§ **What to work on**
With the first line as the start and the line containing "e28 v11 v25 LINE" as the end, write out every line of the records exactly.

§ **Stored data**
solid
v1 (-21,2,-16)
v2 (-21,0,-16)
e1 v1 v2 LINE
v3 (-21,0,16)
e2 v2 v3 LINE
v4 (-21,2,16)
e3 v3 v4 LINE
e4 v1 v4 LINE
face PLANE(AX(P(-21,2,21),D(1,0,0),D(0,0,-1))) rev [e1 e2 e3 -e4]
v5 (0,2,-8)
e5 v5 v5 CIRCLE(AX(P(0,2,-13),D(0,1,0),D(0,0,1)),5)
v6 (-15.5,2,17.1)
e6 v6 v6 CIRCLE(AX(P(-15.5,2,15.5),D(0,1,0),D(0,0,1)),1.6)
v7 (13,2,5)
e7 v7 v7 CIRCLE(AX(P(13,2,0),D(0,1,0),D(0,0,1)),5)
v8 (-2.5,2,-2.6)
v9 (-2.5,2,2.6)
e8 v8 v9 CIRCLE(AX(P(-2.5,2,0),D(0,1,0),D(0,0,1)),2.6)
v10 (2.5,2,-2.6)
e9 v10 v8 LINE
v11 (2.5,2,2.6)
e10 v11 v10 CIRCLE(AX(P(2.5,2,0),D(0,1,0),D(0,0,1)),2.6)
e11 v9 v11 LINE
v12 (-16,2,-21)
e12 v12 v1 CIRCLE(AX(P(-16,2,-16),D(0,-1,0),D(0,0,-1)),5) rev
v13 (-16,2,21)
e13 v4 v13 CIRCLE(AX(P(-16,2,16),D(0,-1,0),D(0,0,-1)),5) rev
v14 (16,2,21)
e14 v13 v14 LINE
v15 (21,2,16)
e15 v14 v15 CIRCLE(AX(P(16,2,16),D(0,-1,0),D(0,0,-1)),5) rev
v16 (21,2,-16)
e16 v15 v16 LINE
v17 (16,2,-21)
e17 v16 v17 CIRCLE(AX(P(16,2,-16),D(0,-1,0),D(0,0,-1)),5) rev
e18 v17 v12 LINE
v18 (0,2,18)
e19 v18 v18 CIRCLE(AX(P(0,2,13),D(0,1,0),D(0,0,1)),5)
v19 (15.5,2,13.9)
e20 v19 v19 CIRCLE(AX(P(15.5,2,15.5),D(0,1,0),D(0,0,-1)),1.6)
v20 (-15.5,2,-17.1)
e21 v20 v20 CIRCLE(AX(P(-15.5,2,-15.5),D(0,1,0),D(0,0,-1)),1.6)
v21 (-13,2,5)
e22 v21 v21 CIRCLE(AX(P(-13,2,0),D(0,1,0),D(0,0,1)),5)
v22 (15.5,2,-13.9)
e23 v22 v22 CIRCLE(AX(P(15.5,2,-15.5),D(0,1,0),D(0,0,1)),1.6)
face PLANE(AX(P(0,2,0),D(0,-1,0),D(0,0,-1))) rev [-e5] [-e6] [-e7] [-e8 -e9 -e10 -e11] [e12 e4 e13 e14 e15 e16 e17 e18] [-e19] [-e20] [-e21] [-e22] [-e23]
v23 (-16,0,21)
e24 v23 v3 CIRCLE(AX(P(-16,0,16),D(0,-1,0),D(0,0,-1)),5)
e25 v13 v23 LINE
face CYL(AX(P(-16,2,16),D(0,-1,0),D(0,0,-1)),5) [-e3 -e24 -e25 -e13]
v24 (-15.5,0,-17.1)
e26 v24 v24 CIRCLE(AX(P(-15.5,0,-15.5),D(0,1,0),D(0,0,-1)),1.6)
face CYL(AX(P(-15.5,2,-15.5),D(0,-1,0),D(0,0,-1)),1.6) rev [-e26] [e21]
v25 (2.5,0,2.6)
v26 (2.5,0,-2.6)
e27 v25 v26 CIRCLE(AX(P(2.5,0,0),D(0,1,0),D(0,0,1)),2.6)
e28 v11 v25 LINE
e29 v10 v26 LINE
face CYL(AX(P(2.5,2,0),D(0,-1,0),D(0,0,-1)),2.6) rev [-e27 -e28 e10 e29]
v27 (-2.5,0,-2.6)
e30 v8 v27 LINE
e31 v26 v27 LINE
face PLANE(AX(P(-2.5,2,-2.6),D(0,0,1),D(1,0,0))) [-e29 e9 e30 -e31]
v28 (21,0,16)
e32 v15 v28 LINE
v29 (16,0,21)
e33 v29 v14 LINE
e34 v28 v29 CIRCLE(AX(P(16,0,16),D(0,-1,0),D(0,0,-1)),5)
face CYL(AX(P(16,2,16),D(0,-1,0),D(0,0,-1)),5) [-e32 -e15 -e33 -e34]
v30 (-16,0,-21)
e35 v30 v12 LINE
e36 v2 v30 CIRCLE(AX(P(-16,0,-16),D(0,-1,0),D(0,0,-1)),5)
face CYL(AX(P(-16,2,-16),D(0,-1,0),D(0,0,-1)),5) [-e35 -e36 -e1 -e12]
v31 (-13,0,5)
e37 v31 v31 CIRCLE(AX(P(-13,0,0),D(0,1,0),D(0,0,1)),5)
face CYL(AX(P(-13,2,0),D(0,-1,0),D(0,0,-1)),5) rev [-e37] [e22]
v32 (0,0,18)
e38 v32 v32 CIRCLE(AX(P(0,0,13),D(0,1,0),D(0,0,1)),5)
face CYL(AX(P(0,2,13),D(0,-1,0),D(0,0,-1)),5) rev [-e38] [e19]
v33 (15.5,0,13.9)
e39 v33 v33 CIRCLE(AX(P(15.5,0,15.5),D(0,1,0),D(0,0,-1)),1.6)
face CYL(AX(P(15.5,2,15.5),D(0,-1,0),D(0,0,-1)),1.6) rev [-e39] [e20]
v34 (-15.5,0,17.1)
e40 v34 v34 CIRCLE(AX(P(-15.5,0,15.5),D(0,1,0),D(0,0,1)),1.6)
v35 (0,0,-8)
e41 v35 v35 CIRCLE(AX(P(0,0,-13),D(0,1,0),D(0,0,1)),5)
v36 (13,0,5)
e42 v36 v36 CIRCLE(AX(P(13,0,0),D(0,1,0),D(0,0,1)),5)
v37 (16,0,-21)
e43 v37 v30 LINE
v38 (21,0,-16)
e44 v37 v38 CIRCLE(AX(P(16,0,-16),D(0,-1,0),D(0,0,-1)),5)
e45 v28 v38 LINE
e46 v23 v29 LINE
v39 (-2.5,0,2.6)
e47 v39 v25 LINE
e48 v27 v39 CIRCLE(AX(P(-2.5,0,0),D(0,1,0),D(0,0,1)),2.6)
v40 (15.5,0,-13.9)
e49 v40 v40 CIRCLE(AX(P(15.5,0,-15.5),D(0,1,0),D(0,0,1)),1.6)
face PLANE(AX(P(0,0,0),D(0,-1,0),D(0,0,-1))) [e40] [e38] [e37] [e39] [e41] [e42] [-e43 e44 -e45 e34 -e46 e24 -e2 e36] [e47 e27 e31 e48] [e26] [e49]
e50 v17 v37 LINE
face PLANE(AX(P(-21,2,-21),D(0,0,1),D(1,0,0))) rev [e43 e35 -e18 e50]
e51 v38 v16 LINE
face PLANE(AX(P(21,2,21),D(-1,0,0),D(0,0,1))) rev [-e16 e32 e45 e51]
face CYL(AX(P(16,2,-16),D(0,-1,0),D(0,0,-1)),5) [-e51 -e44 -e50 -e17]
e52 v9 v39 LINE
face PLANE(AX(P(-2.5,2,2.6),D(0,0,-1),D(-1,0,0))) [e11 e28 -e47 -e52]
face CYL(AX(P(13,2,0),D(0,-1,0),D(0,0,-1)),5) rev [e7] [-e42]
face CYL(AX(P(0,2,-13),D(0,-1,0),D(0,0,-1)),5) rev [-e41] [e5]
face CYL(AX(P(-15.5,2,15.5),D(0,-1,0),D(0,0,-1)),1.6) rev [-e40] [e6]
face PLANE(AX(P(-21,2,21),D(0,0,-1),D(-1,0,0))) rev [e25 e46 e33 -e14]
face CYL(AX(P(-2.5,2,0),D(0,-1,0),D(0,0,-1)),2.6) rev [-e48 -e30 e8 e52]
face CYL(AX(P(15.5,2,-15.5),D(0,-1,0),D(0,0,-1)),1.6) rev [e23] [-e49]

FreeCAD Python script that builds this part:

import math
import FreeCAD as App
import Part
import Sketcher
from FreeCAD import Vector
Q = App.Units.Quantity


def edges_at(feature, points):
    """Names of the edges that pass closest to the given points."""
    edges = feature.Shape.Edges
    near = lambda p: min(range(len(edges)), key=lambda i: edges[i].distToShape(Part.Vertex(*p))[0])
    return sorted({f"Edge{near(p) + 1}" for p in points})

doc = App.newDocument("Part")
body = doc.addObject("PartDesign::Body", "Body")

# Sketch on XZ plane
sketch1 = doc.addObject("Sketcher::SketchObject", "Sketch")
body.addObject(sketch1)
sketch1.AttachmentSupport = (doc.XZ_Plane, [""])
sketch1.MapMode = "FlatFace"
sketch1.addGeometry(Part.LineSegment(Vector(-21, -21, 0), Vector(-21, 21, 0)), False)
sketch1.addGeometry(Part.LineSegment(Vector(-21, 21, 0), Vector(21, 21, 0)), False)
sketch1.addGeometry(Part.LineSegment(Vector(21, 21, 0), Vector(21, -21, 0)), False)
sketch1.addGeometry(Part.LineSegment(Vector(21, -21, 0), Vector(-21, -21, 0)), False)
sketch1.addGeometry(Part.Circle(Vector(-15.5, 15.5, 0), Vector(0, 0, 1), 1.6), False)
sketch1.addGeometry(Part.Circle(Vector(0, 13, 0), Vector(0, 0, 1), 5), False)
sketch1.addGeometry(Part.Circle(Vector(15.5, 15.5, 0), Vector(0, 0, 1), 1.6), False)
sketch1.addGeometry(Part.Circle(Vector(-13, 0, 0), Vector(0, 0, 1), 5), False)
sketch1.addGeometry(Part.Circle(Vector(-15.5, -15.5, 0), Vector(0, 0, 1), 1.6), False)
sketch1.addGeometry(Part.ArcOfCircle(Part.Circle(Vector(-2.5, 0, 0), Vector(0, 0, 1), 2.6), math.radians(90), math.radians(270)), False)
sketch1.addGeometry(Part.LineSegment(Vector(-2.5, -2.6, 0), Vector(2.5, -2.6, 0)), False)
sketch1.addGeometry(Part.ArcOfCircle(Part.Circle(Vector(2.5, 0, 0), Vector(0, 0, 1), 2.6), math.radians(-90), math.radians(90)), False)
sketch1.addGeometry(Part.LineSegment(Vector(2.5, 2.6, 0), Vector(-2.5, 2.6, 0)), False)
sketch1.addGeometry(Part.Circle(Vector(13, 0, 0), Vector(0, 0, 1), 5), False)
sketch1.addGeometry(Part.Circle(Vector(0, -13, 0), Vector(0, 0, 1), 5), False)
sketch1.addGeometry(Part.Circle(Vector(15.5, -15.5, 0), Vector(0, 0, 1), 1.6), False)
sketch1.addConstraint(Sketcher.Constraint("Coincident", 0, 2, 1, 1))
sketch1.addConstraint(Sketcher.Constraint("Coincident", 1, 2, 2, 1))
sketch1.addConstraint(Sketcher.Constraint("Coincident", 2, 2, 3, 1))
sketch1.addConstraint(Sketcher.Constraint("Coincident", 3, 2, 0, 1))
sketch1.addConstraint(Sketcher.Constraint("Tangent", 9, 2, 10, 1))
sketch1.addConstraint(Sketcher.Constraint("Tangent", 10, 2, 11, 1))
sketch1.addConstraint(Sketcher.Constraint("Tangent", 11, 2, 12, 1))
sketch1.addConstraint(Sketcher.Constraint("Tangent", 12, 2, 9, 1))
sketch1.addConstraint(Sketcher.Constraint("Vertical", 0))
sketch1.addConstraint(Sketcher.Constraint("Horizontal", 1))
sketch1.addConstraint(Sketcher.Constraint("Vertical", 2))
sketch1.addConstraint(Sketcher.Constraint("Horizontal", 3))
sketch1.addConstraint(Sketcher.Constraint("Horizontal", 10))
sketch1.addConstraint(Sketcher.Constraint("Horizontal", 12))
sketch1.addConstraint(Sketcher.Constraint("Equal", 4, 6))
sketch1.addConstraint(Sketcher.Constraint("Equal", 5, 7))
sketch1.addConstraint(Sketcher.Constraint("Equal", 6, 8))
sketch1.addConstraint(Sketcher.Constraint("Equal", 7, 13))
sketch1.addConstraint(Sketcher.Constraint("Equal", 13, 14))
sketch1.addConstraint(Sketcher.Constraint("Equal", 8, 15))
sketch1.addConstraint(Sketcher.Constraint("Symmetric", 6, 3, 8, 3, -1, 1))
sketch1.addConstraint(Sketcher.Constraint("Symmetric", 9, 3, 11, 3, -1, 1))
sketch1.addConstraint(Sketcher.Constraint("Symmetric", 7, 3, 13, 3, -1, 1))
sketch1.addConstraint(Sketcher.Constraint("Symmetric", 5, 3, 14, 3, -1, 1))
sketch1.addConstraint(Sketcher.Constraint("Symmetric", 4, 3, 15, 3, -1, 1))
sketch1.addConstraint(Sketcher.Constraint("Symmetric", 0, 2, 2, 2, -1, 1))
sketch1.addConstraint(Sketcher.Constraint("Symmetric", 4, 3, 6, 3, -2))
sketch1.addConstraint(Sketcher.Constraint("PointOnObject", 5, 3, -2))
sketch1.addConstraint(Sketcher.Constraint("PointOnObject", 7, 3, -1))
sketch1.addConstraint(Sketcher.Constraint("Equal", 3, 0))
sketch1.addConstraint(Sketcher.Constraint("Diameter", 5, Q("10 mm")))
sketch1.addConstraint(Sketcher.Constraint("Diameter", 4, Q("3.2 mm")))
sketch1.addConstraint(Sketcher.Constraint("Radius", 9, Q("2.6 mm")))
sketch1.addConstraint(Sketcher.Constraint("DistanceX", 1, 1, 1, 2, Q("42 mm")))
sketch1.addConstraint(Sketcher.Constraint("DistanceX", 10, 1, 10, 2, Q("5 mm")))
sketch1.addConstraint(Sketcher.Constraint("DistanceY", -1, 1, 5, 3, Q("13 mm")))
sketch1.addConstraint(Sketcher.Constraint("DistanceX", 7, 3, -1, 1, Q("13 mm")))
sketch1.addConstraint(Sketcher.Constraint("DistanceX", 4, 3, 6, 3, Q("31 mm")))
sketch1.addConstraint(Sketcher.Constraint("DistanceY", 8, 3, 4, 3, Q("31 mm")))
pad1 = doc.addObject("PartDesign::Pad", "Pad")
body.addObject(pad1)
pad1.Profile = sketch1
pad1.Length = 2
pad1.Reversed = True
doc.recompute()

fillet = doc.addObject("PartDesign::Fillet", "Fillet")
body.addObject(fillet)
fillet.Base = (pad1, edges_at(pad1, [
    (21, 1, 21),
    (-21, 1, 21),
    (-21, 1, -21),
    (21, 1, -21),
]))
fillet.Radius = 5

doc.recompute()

§ **The answer**
solid
v1 (-21,2,-16)
v2 (-21,0,-16)
e1 v1 v2 LINE
v3 (-21,0,16)
e2 v2 v3 LINE
v4 (-21,2,16)
e3 v3 v4 LINE
e4 v1 v4 LINE
face PLANE(AX(P(-21,2,21),D(1,0,0),D(0,0,-1))) rev [e1 e2 e3 -e4]
v5 (0,2,-8)
e5 v5 v5 CIRCLE(AX(P(0,2,-13),D(0,1,0),D(0,0,1)),5)
v6 (-15.5,2,17.1)
e6 v6 v6 CIRCLE(AX(P(-15.5,2,15.5),D(0,1,0),D(0,0,1)),1.6)
v7 (13,2,5)
e7 v7 v7 CIRCLE(AX(P(13,2,0),D(0,1,0),D(0,0,1)),5)
v8 (-2.5,2,-2.6)
v9 (-2.5,2,2.6)
e8 v8 v9 CIRCLE(AX(P(-2.5,2,0),D(0,1,0),D(0,0,1)),2.6)
v10 (2.5,2,-2.6)
e9 v10 v8 LINE
v11 (2.5,2,2.6)
e10 v11 v10 CIRCLE(AX(P(2.5,2,0),D(0,1,0),D(0,0,1)),2.6)
e11 v9 v11 LINE
v12 (-16,2,-21)
e12 v12 v1 CIRCLE(AX(P(-16,2,-16),D(0,-1,0),D(0,0,-1)),5) rev
v13 (-16,2,21)
e13 v4 v13 CIRCLE(AX(P(-16,2,16),D(0,-1,0),D(0,0,-1)),5) rev
v14 (16,2,21)
e14 v13 v14 LINE
v15 (21,2,16)
e15 v14 v15 CIRCLE(AX(P(16,2,16),D(0,-1,0),D(0,0,-1)),5) rev
v16 (21,2,-16)
e16 v15 v16 LINE
v17 (16,2,-21)
e17 v16 v17 CIRCLE(AX(P(16,2,-16),D(0,-1,0),D(0,0,-1)),5) rev
e18 v17 v12 LINE
v18 (0,2,18)
e19 v18 v18 CIRCLE(AX(P(0,2,13),D(0,1,0),D(0,0,1)),5)
v19 (15.5,2,13.9)
e20 v19 v19 CIRCLE(AX(P(15.5,2,15.5),D(0,1,0),D(0,0,-1)),1.6)
v20 (-15.5,2,-17.1)
e21 v20 v20 CIRCLE(AX(P(-15.5,2,-15.5),D(0,1,0),D(0,0,-1)),1.6)
v21 (-13,2,5)
e22 v21 v21 CIRCLE(AX(P(-13,2,0),D(0,1,0),D(0,0,1)),5)
v22 (15.5,2,-13.9)
e23 v22 v22 CIRCLE(AX(P(15.5,2,-15.5),D(0,1,0),D(0,0,1)),1.6)
face PLANE(AX(P(0,2,0),D(0,-1,0),D(0,0,-1))) rev [-e5] [-e6] [-e7] [-e8 -e9 -e10 -e11] [e12 e4 e13 e14 e15 e16 e17 e18] [-e19] [-e20] [-e21] [-e22] [-e23]
v23 (-16,0,21)
e24 v23 v3 CIRCLE(AX(P(-16,0,16),D(0,-1,0),D(0,0,-1)),5)
e25 v13 v23 LINE
face CYL(AX(P(-16,2,16),D(0,-1,0),D(0,0,-1)),5) [-e3 -e24 -e25 -e13]
v24 (-15.5,0,-17.1)
e26 v24 v24 CIRCLE(AX(P(-15.5,0,-15.5),D(0,1,0),D(0,0,-1)),1.6)
face CYL(AX(P(-15.5,2,-15.5),D(0,-1,0),D(0,0,-1)),1.6) rev [-e26] [e21]
v25 (2.5,0,2.6)
v26 (2.5,0,-2.6)
e27 v25 v26 CIRCLE(AX(P(2.5,0,0),D(0,1,0),D(0,0,1)),2.6)
e28 v11 v25 LINE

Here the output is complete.